Il existe certaines maladies pour lesquelles la génétique sauve réellement des vies ; en particulier, les patients atteints de maladies rares comme l'amyotrophie spinale et de certains cancers comme la leucémie myéloïde chronique peuvent désormais se voir prescrire des traitements de médecine personnalisée qui n'existaient tout simplement pas il y a une vingtaine d'années. Cependant, pour la plupart des patients atteints de la plupart des maladies, les nobles promesses ne se sont pas concrétisées. Plus dangereux encore, le battage médiatique a détourné l’attention des approches alternatives en matière de soins de santé, mieux adaptées à l’amélioration de la santé de chacun d’entre nous.

L’un des problèmes de la médecine personnalisée est son coût. Alors que les factures de ses biopsies, opérations chirurgicales et radiothérapies s’accumulaient, nous avons commencé à appeler mon père « l’homme à un million de dollars ». Le véritable eye-popper était l'erlotinib, au prix de plus de 5 000 $ pour un approvisionnement d'un mois en minuscules pilules. Un certain nombre d'autres médicaments contre le cancer du poumon ont vu le jour au cours des années qui ont suivi – l'osimertinib, le crizotinib et le sotorasib, pour n'en nommer que quelques-uns – dans une fourchette de 10 000 à 20 000 dollars par mois.
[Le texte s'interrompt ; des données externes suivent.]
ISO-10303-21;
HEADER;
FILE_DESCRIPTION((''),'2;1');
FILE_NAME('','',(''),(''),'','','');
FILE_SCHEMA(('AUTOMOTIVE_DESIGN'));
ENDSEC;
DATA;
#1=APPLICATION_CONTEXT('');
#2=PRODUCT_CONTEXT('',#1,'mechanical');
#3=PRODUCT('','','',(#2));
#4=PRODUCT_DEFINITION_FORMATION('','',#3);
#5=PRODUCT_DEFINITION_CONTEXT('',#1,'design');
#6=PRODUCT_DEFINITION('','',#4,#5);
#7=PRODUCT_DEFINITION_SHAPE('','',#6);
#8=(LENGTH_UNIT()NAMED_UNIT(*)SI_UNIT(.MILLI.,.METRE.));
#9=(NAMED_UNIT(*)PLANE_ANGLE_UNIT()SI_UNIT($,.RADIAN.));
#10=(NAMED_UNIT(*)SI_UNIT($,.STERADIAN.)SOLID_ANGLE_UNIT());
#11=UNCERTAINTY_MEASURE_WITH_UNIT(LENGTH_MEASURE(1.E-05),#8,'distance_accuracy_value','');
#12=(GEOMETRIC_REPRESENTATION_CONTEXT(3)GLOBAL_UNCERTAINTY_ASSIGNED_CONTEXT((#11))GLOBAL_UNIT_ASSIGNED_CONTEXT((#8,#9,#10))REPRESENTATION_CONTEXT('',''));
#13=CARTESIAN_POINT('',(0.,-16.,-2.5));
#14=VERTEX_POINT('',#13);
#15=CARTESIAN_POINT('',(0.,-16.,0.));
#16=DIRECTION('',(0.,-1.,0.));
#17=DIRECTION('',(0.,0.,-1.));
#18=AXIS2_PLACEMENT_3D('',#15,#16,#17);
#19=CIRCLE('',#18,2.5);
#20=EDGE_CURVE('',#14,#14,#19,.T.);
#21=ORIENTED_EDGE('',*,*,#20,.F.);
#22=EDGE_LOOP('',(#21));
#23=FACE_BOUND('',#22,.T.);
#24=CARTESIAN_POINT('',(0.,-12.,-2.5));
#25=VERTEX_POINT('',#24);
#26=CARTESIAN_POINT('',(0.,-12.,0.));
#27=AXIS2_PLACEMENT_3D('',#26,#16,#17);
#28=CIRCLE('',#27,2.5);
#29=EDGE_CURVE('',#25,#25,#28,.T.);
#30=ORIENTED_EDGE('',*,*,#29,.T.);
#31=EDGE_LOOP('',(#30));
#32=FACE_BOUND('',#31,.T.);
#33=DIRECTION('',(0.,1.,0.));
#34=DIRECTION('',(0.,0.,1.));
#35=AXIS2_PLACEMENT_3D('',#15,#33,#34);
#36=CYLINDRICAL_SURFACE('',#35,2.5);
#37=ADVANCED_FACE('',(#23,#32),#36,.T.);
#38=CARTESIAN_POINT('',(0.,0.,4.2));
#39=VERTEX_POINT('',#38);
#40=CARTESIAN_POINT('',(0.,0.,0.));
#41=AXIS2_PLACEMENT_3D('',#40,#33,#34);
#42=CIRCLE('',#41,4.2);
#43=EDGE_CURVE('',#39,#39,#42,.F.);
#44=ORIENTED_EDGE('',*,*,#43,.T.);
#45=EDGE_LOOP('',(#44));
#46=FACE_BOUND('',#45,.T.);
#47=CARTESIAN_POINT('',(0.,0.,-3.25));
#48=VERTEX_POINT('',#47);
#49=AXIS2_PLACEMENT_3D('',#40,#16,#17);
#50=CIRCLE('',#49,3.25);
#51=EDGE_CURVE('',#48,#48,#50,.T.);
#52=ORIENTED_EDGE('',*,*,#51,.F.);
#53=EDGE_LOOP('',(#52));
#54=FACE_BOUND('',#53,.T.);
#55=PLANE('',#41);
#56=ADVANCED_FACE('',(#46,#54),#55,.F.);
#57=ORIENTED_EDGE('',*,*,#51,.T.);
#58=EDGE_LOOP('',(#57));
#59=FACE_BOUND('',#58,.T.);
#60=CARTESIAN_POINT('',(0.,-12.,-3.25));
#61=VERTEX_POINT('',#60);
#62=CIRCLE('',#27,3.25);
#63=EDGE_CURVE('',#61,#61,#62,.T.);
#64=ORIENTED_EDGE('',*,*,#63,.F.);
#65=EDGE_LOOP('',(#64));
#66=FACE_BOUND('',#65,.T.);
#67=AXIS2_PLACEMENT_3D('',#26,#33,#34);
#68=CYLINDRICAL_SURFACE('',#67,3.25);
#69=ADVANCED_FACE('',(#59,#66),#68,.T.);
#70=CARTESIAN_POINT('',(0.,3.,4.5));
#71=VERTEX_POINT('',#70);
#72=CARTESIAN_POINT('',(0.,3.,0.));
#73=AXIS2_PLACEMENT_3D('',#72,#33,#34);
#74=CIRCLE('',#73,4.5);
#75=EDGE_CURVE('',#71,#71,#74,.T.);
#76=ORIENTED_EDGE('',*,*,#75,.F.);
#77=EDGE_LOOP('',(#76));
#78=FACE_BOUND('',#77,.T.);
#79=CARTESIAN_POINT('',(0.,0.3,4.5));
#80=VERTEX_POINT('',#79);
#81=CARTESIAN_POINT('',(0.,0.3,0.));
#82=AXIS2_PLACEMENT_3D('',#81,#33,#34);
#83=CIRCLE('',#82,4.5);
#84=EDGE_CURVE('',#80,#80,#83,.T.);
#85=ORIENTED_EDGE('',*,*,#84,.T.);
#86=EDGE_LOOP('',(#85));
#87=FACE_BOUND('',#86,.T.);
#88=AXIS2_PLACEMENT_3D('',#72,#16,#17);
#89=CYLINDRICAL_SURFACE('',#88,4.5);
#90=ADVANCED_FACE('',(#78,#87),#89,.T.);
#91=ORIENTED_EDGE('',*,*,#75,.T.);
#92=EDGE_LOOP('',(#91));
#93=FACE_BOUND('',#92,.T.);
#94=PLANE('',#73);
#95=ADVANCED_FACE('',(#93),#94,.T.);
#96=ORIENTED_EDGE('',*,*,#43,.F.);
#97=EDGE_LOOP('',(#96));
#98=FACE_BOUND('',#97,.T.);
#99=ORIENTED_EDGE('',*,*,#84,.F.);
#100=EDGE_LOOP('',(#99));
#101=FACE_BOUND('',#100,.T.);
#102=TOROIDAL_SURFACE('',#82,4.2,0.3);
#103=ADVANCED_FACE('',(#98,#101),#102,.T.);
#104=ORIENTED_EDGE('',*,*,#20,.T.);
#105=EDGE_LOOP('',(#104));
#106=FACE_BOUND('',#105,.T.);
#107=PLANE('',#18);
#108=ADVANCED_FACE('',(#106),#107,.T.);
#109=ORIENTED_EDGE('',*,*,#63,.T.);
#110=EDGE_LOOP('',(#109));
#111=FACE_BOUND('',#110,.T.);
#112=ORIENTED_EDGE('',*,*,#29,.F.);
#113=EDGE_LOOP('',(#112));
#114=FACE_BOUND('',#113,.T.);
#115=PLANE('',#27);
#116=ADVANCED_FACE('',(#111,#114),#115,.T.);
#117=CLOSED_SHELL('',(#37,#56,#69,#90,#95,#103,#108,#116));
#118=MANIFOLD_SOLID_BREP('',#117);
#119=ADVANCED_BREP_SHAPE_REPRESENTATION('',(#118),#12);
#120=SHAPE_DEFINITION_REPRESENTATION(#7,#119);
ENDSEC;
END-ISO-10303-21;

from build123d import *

# Parameters (mm, degrees)
ESBO_O1_R                = 4.5
RESSALTO_EXTRUS_O1_DEPTH = 3
ESBO_O2_R                = 3.25
RESSALTO_EXTRUS_O2_DEPTH = 12
ESBO_O3_R                = 2.5
RESSALTO_EXTRUS_O3_DEPTH = 4
FILETE2_R                = 0.3


with BuildPart() as part:
    # Esboço1 → Ressalto-extrusão1 (new body)
    with BuildSketch(Plane(origin=(0, 0, 0), x_dir=(1, 0, 0), z_dir=(0, 1, 0))):
        with Locations(Location((0, 0, 0), (0, 0, 270))):
            Circle(ESBO_O1_R)
    extrude(amount=RESSALTO_EXTRUS_O1_DEPTH)

    # Esboço2 → Ressalto-extrusão2 (add)
    with BuildSketch(Plane.XZ):
        with Locations(Location((0, 0, 0), (0, 0, 270))):
            Circle(ESBO_O2_R)
    extrude(amount=RESSALTO_EXTRUS_O2_DEPTH)

    # Esboço3 → Ressalto-extrusão3 (add)
    with BuildSketch(Plane.XZ.offset(12)):
        with Locations(Location((0, 0, 0), (0, 0, 270))):
            Circle(ESBO_O3_R)
    extrude(amount=RESSALTO_EXTRUS_O3_DEPTH)

    # Filete2
    filete2_edges = [part.edges().sort_by_distance(p)[0] for p in [
        (0, 0, -4.5),
    ]]
    fillet(filete2_edges, radius=FILETE2_R)


solid = part.part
En fait, ceux-ci se situent à l’extrémité abordable du spectre ; Les prix catalogue de 50 000 $ par mois ne sont pas rares pour les médicaments personnalisés.

Il y a une explication biologique simple à cela. La médecine personnalisée fonctionne en découpant les populations de patients en sous-groupes en fonction de leurs profils génétiques moléculaires. Pour le cancer du poumon, un certain nombre de distinctions biologiques sont faites, et ces distinctions se traduisent par un plus petit nombre d'utilisateurs potentiels pour un médicament donné, ce qui incite les sociétés pharmaceutiques à augmenter considérablement les prix.